Why I like the Convolution Theorem - Biased and Inefficient

The convolution theorem (or theorems: it has versions that some people would call distinct species and other would describe as mere subspecies) is another almost obviously almost true result, this time about asymptotic efficiency. It’s an asymptotic version of the Cramér–Rao bound.

Suppose \(\hat\theta\) is an efficient estimator of \(\theta\) and \(\tilde\theta\) is another, not fully efficient, estimator. The convolution theorem says that if you rule out stupid exceptions, asymptotically \(\tilde\theta=\hat\theta+e\) where \(e\) is pure noise, independent of \(\hat\theta\).

The reason that’s almost obvious is that if it weren’t true, there would be some information about \(\theta\) in \(\tilde\theta-\hat\theta\), and you could use this information to get a better estimator than \(\hat\theta\), which (by assumption) can’t happen. The stupid exceptions are things like the Hodges superefficient estimator that do better at a few values of \(\theta\) but much worse at neighbouring values.

In the usual case where everything is asymptotically Normal,

\[\sqrt{n}\begin{pmatrix} \hat\theta-\theta_0\\ \tilde\theta-\theta_0\end{pmatrix}\stackrel{d}{\to} N\left( 0, \begin{pmatrix} \sigma^2 & \sigma^2\\ \sigma^2 &\sigma^2+\omega^2\end{pmatrix}\right)\]

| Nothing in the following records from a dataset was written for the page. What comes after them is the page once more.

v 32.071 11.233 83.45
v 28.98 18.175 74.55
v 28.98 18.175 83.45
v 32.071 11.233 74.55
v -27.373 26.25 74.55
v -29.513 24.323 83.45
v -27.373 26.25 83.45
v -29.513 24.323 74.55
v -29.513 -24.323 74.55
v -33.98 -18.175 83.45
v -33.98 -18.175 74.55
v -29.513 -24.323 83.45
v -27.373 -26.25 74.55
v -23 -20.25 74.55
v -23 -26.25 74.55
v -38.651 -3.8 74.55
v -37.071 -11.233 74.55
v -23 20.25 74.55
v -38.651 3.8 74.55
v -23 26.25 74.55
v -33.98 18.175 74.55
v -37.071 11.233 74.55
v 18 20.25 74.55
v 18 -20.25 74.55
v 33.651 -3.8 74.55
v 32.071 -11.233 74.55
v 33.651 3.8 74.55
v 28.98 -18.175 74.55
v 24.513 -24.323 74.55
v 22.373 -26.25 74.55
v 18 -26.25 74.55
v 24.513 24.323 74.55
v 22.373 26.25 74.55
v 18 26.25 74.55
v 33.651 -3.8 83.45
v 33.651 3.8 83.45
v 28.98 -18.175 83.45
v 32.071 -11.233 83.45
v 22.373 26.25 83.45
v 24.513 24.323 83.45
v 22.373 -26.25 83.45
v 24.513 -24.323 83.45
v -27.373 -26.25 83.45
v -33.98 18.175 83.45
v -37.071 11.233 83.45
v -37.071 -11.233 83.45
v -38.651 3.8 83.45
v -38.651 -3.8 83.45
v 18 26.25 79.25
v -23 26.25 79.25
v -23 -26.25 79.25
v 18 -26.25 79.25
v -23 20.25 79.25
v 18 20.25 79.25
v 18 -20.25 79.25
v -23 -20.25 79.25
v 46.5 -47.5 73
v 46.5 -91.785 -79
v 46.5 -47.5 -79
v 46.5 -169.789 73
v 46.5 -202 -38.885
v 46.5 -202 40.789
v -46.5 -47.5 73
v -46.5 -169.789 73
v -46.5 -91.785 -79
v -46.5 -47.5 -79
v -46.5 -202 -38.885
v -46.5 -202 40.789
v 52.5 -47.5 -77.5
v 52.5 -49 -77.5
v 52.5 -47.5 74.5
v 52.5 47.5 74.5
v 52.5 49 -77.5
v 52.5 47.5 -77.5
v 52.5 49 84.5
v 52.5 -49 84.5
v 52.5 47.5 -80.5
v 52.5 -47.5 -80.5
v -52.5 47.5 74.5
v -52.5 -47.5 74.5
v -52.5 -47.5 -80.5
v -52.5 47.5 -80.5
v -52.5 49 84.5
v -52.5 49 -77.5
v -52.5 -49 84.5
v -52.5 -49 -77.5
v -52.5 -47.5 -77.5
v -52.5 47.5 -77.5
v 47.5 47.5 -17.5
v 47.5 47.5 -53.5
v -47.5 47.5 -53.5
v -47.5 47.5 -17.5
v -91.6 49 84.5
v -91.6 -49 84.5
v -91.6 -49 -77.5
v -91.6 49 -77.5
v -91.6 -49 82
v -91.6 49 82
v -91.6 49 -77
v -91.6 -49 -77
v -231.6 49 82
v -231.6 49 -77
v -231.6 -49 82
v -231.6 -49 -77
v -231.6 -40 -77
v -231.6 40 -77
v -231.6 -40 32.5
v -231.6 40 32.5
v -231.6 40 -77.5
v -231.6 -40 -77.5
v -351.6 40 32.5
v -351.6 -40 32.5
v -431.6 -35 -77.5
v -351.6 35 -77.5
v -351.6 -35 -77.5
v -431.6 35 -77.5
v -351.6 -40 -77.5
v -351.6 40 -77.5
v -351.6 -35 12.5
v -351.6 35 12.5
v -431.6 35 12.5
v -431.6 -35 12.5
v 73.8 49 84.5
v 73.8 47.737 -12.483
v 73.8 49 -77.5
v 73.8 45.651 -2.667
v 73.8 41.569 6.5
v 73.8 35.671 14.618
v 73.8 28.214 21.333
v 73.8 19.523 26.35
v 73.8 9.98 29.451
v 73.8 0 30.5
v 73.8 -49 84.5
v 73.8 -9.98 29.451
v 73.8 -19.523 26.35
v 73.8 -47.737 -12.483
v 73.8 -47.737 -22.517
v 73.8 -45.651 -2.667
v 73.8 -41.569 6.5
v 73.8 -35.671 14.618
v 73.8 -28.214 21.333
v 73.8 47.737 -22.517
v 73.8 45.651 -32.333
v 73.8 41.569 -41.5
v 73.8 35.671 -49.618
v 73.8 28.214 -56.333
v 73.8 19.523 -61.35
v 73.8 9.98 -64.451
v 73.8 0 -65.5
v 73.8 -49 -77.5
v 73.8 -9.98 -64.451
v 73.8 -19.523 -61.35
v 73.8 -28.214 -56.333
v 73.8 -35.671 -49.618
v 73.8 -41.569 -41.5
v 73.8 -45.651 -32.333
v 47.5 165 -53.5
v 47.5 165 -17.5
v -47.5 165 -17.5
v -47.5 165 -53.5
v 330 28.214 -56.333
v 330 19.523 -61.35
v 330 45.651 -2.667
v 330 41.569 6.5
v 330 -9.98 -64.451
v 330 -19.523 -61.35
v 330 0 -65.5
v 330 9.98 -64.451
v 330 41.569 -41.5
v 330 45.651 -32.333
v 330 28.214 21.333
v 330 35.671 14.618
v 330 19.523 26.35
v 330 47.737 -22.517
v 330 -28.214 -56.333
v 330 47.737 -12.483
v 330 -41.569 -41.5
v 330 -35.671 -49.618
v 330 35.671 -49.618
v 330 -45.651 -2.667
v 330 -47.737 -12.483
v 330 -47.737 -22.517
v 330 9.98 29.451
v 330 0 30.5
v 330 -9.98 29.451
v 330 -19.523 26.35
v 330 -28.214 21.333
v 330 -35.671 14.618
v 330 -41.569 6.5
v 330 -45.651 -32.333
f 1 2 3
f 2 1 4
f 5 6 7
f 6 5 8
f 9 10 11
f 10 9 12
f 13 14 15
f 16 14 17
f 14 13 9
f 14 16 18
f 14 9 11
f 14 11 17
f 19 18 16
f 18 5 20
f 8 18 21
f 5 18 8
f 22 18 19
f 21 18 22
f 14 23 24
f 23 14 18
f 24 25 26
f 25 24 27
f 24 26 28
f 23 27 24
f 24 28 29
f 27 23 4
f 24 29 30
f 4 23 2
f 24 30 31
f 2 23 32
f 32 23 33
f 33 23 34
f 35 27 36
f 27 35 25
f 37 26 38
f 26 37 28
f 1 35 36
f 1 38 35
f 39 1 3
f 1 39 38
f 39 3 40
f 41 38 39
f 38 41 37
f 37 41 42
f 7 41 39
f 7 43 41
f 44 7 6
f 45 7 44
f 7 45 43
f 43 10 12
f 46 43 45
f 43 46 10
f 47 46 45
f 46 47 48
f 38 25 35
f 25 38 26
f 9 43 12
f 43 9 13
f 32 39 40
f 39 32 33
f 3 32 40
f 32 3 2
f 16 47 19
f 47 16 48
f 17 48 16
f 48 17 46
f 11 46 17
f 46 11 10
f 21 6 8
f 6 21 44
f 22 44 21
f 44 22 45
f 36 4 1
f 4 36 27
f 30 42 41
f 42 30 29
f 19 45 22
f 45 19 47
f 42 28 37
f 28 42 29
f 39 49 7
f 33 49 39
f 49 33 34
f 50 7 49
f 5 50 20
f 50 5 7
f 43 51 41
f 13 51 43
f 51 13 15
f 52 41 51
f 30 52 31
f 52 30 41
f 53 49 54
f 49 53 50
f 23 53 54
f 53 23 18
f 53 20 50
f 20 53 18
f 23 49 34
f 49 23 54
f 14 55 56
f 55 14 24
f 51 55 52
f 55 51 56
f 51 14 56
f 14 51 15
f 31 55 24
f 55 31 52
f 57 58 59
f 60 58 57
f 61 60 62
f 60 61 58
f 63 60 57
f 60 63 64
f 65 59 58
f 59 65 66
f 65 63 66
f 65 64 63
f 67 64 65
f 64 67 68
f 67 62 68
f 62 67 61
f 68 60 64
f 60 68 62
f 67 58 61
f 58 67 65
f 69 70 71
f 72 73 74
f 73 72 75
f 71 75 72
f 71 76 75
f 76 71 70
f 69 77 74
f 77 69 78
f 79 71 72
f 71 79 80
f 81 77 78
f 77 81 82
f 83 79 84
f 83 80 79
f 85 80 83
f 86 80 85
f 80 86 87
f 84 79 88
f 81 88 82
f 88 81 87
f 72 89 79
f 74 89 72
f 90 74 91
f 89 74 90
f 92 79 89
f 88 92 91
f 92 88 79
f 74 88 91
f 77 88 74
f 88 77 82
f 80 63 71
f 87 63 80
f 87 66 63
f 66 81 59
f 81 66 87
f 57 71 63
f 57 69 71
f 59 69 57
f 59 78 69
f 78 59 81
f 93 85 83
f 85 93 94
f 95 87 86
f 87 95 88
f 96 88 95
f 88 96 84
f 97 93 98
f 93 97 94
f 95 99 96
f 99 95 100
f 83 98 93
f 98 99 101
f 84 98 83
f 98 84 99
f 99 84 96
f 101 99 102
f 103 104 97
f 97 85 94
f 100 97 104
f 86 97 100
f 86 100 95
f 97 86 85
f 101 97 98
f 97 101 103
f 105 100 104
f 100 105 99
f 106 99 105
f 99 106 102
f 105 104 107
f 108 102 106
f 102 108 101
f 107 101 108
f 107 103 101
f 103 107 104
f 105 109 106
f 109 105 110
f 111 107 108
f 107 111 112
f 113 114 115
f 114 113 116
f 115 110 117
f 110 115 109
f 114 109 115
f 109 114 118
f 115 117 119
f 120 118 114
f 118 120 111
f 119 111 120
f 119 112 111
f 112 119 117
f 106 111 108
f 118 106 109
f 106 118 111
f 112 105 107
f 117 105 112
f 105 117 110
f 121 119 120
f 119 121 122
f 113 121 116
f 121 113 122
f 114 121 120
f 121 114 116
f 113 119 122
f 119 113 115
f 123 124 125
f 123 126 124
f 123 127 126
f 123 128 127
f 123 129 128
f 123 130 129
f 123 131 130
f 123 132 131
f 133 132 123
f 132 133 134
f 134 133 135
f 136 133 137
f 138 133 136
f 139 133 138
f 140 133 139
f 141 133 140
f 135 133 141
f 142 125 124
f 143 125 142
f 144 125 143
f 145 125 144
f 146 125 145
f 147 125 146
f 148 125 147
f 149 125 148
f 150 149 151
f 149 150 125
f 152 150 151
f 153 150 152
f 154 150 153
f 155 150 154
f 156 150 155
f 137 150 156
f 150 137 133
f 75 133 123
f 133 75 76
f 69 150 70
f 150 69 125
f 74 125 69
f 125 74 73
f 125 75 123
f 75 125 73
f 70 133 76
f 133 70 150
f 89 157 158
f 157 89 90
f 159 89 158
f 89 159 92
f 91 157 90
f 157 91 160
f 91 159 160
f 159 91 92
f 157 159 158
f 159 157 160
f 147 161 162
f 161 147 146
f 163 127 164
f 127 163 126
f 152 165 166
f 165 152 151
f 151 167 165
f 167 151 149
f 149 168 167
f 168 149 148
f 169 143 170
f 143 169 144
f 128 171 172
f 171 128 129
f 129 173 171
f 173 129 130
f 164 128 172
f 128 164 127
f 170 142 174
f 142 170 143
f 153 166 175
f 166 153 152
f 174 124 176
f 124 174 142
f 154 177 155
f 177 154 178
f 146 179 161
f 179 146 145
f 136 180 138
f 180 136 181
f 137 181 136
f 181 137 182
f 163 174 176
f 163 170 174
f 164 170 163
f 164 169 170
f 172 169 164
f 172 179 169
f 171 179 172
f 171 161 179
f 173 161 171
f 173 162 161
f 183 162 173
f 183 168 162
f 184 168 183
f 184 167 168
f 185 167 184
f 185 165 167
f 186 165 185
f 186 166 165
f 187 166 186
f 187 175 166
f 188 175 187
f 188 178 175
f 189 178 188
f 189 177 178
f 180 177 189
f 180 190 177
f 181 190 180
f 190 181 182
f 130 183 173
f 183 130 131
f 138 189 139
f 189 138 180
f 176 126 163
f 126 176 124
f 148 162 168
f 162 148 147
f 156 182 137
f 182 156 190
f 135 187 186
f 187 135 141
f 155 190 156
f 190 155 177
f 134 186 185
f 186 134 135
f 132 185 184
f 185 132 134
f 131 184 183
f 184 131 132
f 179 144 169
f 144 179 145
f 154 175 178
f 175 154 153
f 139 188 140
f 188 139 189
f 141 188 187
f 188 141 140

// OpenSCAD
module bracket() {
difference() {
intersection() {
cylinder(r=72.7/2,h=8.9,center=true);
cube([52.5,90,10],center=true);
}
translate([40.25,0,-6.5/2]) cube([40,41,7],center=true);
translate([-40.25,0,-6.5/2]) cube([40,41,7],center=true);
//translate([-46,0,0]) cube([40,40,5],center=true);
}
}

module ammobox() {
difference () {
cube([93,155,152],center=true);
translate([0,-96,96]) rotate([45,0,0]) cube([100,100,100],center=true);
translate([0,-86,-86]) rotate([70,0,0]) cube([100,100,250],center=true);
}
}

module vulcan() {
union() {
translate([0,0,-3])cube([105,95,155],center=true);
translate([-(105+39.1)/2,0,3.5])cube([39.1,98,162],center=true);
translate([-(105+140)/2-39.1,0,2.5])cube([140,98,159],center=true);
translate([-(105+120)/2-140-39.1,0,4.5-(164-110)/2])cube([120,80,110],center=true);
translate([-(105+80)/2-140-39.1-120,0,4.5-(164-90)/2])cube([80,70,90],center=true);translate([(105+21.3)/2,0,3.5])cube([21.3,98,162],center=true);
translate([0,90,-95+155/2-36/2])cube([95,150,36],center=true);
translate([200,0,-95+155/2])rotate([0,90,0]) cylinder(r=48,h=260,center=true);
translate([-2.5,0,79]) rotate(90) bracket();
translate([0,-(98+155)/2+2,-3])ammobox();

}
}
vulcan();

The interesting part of that equation is the off-diagonal term. It’s the way it is because any other choice would imply the existence of a linear combination of \(\hat\theta\) and \(\tilde\theta\) with better efficiency than \(\hat\theta\). Rescaling to correlations, the square of the correlation between \(\hat\theta\) and \(\tilde\theta\) is the relative efficiency.

I think the convolution theorem is a useful way to think about asymptotic efficiency (and the fact that it has assumptions is a useful reminder that asymptotic efficiency is less elegant than it should be).

Also, more or less by the definition of influence functions, it follows that the squared correlation between the influence functions for \(\hat\theta\) and \(\tilde\theta\) is also the asymptotic relative efficiency. That’s nice because in simulations we can evaluate the influence functions at the true parameter value and don’t need to solve the estimating equations iteratively.

In particular, now I’m looking at relative efficiency of weighted and unweighted logistic regression in the case-control design, I can compute the correlation between the estimating functions without needing the fitted log odds ratio estimates. That saves iteration, but more importantly it still works if the case and control \(X\) distributions completely separate in a minority of the simulations. Now, I could just estimate the two variances at the true parameter value instead (with about as much work) but working with the correlation has made it easier to prove some special cases analytically.